=== RECORD SET ===

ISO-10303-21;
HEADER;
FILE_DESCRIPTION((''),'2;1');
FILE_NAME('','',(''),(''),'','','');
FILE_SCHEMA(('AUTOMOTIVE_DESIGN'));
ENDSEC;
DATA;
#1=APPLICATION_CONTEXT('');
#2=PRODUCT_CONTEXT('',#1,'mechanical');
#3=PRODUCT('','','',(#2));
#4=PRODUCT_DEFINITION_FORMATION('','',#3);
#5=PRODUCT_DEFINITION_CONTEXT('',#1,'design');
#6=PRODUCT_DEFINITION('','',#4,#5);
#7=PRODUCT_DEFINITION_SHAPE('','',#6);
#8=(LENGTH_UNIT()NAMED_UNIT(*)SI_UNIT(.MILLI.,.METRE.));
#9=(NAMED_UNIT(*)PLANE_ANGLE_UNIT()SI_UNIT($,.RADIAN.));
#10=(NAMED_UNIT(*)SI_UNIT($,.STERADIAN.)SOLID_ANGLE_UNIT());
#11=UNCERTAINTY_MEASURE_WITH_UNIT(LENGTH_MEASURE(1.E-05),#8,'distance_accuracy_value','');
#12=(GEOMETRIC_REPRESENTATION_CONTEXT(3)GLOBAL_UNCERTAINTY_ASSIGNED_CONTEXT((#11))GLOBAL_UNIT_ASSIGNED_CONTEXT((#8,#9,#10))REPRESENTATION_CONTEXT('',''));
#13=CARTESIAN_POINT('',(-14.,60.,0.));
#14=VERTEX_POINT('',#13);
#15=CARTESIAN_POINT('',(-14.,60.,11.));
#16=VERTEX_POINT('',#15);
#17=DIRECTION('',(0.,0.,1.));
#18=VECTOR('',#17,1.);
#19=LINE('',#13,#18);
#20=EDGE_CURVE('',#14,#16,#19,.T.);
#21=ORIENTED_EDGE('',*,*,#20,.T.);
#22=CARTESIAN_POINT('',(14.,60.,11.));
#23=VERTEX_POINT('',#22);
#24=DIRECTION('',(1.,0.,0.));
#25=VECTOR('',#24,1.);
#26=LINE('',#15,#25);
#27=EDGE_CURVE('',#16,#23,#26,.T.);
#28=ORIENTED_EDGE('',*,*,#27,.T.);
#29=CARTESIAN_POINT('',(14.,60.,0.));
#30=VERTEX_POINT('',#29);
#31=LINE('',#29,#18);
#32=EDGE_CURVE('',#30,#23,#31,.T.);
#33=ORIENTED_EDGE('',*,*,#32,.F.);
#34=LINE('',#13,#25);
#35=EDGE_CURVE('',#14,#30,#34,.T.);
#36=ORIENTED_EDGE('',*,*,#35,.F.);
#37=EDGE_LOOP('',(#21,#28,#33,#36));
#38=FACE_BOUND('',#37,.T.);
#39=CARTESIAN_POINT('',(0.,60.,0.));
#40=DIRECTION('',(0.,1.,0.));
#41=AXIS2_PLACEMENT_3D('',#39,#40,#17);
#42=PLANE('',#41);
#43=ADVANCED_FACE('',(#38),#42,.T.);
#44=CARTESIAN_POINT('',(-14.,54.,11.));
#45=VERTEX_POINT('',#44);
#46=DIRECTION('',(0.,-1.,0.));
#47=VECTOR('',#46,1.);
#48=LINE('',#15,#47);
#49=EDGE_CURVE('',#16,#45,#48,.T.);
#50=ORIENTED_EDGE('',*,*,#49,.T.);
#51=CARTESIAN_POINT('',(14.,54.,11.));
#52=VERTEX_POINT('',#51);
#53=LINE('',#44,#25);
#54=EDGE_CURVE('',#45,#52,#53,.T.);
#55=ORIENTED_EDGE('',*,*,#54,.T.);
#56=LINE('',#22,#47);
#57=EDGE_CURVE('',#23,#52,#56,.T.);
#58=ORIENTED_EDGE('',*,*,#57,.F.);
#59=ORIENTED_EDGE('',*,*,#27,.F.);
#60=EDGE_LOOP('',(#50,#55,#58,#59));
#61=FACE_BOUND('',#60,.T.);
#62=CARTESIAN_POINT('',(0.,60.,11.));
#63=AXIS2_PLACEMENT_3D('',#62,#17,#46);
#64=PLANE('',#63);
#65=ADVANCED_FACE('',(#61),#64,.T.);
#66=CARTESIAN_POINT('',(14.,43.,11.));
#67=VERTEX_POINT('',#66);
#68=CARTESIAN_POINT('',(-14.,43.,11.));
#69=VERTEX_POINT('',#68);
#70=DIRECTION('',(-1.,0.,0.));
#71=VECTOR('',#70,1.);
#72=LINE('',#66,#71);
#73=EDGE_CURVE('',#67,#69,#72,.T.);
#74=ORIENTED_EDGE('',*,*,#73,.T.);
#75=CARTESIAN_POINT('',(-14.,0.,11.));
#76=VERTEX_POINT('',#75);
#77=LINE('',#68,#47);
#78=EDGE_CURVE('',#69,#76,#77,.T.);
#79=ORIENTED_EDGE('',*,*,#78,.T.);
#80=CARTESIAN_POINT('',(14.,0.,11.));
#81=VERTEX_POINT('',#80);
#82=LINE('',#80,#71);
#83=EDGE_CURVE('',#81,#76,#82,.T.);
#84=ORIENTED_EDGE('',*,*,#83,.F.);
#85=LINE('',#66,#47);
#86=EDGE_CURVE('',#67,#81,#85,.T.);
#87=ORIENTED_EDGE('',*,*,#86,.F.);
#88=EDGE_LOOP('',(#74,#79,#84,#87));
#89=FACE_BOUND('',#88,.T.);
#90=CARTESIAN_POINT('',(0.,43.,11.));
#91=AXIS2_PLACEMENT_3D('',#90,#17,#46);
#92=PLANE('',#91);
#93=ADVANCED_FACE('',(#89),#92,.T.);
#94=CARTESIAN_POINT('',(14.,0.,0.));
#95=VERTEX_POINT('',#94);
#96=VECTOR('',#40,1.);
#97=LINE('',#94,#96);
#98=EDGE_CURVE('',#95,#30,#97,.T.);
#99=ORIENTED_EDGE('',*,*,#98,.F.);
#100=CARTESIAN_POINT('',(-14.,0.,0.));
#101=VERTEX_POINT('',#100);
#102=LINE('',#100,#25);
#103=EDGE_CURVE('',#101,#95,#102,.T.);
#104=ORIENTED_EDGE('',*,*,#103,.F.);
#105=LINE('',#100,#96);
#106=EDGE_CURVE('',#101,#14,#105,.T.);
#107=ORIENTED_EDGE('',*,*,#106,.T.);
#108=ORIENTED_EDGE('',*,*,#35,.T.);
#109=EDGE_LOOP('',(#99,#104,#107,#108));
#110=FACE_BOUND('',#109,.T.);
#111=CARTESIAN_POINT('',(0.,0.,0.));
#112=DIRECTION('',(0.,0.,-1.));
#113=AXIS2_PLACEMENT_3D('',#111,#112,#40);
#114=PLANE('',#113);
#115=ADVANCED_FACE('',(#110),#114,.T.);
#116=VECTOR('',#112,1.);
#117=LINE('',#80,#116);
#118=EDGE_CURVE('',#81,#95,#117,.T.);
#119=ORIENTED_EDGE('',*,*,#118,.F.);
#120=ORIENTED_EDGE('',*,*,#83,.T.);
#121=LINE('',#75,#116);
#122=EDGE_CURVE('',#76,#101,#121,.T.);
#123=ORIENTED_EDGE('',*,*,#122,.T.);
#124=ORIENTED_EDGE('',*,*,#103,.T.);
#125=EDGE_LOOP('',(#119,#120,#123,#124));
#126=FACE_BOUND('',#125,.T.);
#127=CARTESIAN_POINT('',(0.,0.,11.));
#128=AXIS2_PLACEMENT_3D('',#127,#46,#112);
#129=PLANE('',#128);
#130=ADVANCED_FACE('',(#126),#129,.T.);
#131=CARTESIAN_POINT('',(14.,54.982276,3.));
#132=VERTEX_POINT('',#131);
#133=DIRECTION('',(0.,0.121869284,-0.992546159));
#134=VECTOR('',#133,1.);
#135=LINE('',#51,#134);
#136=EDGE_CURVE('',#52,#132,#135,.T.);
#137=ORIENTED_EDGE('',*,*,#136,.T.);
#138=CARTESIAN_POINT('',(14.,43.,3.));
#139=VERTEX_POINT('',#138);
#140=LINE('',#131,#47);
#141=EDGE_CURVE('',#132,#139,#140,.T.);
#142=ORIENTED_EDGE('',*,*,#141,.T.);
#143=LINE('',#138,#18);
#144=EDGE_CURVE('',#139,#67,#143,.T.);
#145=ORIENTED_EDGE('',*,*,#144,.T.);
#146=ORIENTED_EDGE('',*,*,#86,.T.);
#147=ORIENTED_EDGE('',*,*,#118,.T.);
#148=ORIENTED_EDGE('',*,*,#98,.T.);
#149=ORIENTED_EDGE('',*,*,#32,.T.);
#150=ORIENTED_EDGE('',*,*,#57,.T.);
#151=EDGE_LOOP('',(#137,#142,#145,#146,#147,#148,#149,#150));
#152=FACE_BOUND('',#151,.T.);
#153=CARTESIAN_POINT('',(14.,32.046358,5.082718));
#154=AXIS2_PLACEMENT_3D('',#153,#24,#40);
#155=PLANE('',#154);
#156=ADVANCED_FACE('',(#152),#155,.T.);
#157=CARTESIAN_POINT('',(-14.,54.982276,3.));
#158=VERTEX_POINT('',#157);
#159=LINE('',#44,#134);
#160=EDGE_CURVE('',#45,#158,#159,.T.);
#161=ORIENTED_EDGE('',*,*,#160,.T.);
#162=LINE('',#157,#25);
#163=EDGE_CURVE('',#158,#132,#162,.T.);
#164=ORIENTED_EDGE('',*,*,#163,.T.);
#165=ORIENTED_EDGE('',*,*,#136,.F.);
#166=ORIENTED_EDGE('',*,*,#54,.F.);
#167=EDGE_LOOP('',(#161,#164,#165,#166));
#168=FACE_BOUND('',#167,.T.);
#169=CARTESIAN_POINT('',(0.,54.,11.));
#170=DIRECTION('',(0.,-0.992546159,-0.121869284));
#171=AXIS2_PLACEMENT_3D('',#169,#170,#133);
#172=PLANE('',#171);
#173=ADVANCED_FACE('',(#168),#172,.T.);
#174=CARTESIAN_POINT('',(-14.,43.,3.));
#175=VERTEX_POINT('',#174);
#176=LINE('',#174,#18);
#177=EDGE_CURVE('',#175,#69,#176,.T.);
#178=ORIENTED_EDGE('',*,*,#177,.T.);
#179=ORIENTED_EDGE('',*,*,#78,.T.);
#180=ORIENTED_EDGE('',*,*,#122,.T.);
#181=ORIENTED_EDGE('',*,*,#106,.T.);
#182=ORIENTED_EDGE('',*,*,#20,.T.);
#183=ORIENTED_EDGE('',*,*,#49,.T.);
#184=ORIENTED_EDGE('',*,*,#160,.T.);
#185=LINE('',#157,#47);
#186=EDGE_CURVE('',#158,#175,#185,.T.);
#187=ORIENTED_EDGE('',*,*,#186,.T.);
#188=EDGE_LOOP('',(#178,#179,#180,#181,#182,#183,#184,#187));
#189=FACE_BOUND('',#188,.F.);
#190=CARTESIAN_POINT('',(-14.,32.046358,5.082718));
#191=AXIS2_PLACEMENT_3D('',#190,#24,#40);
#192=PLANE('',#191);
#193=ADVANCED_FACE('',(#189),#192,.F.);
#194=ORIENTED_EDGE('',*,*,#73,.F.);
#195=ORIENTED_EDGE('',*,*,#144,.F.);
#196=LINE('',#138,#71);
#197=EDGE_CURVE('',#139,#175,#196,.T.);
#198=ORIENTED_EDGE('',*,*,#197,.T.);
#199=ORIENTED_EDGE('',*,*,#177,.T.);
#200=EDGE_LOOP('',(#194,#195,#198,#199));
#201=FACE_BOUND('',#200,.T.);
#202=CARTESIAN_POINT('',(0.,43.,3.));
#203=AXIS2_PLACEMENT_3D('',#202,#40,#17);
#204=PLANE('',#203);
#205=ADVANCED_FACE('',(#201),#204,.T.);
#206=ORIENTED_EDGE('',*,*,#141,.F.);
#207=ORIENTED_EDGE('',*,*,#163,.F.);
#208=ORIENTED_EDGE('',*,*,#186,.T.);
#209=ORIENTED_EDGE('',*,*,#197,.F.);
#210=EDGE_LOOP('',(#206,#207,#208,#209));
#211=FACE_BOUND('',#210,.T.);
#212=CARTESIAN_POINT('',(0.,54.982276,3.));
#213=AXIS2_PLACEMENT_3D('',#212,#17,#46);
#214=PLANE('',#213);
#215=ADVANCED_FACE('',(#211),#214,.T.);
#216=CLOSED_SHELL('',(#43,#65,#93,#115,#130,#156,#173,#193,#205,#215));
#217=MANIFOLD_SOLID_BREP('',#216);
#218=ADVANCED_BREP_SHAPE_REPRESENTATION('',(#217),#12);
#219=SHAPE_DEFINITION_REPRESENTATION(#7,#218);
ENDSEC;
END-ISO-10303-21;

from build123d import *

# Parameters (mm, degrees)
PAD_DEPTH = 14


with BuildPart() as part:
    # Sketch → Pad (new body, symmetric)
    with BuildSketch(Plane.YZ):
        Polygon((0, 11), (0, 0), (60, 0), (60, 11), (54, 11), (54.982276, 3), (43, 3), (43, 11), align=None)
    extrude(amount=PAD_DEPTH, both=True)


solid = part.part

===
=== RECORD SET ===

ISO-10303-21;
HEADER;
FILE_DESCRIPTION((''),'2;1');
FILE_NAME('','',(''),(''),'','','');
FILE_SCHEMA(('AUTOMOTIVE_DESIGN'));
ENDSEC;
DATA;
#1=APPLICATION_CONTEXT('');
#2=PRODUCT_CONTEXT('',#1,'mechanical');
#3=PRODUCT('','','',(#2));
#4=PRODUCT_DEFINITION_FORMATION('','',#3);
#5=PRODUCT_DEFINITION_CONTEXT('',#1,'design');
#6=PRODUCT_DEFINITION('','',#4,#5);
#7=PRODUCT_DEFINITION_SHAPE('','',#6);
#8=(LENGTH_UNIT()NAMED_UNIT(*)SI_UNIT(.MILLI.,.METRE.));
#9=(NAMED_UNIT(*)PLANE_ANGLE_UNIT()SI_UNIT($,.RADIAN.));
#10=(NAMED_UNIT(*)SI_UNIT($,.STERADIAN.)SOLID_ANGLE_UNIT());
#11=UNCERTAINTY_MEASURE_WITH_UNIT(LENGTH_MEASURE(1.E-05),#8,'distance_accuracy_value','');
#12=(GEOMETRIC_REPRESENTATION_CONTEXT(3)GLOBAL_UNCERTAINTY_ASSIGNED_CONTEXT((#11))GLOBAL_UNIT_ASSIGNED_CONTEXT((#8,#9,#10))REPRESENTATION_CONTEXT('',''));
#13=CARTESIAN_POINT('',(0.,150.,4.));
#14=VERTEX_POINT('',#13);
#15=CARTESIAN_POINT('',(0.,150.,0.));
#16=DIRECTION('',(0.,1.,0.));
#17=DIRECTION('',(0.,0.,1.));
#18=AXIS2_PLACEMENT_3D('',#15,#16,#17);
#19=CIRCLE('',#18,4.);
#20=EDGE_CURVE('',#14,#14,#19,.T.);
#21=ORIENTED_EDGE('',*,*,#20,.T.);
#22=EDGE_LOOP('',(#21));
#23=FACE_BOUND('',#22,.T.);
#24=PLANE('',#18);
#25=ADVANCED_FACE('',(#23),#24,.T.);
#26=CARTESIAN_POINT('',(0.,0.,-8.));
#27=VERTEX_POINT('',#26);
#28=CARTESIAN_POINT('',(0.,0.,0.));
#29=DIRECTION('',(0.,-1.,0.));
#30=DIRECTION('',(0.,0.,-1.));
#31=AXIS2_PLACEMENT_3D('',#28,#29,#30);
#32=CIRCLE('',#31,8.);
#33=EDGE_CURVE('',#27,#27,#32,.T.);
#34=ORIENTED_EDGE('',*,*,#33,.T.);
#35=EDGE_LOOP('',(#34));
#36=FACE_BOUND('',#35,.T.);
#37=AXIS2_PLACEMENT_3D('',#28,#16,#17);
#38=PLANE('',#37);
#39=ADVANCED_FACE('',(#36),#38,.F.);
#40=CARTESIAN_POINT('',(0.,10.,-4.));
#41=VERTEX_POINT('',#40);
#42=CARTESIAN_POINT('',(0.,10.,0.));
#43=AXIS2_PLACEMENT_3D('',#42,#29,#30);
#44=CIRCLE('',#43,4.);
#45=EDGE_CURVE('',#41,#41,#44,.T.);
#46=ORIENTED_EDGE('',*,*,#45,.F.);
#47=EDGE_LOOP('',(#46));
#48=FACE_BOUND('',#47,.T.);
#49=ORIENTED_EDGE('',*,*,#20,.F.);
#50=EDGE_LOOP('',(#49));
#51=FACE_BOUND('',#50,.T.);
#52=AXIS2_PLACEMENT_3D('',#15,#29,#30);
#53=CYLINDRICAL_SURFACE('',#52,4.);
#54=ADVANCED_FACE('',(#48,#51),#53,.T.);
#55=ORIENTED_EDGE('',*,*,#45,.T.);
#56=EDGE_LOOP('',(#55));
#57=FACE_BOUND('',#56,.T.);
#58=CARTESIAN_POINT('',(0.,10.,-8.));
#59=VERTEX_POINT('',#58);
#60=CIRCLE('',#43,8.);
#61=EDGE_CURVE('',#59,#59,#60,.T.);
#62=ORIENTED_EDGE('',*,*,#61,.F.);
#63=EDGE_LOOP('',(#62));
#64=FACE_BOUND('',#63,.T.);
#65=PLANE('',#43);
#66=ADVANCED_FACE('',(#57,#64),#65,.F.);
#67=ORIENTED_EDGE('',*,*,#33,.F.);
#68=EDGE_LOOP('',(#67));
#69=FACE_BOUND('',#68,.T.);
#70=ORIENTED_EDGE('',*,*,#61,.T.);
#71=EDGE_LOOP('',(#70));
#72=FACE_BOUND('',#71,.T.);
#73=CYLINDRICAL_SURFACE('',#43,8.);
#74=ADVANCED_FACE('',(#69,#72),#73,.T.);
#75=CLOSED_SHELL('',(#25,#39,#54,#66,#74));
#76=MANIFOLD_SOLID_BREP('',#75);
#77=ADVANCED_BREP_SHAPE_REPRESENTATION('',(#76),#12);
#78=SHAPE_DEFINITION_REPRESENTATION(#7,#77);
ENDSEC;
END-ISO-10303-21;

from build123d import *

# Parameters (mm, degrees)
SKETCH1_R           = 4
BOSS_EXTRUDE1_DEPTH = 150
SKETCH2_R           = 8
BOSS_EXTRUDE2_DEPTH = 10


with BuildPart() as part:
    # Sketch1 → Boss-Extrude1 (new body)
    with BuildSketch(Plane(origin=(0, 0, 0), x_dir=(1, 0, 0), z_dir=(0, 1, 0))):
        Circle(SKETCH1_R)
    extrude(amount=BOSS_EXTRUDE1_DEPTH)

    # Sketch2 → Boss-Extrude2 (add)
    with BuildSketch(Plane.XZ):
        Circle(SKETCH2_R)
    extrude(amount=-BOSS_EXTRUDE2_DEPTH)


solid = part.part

===

* YOUR ASSIGNMENT
Only the lines above starting with the one with "#121=LINE('',#75,#116);" and going through the one with "#150=ORIENTED_EDGE('',*,*,#57,.T.);" are to be copied, word for word and with both ends kept.

* TASK RESPONSE
#121=LINE('',#75,#116);
#122=EDGE_CURVE('',#76,#101,#121,.T.);
#123=ORIENTED_EDGE('',*,*,#122,.T.);
#124=ORIENTED_EDGE('',*,*,#103,.T.);
#125=EDGE_LOOP('',(#119,#120,#123,#124));
#126=FACE_BOUND('',#125,.T.);
#127=CARTESIAN_POINT('',(0.,0.,11.));
#128=AXIS2_PLACEMENT_3D('',#127,#46,#112);
#129=PLANE('',#128);
#130=ADVANCED_FACE('',(#126),#129,.T.);
#131=CARTESIAN_POINT('',(14.,54.982276,3.));
#132=VERTEX_POINT('',#131);
#133=DIRECTION('',(0.,0.121869284,-0.992546159));
#134=VECTOR('',#133,1.);
#135=LINE('',#51,#134);
#136=EDGE_CURVE('',#52,#132,#135,.T.);
#137=ORIENTED_EDGE('',*,*,#136,.T.);
#138=CARTESIAN_POINT('',(14.,43.,3.));
#139=VERTEX_POINT('',#138);
#140=LINE('',#131,#47);
#141=EDGE_CURVE('',#132,#139,#140,.T.);
#142=ORIENTED_EDGE('',*,*,#141,.T.);
#143=LINE('',#138,#18);
#144=EDGE_CURVE('',#139,#67,#143,.T.);
#145=ORIENTED_EDGE('',*,*,#144,.T.);
#146=ORIENTED_EDGE('',*,*,#86,.T.);
#147=ORIENTED_EDGE('',*,*,#118,.T.);
#148=ORIENTED_EDGE('',*,*,#98,.T.);
#149=ORIENTED_EDGE('',*,*,#32,.T.);
#150=ORIENTED_EDGE('',*,*,#57,.T.);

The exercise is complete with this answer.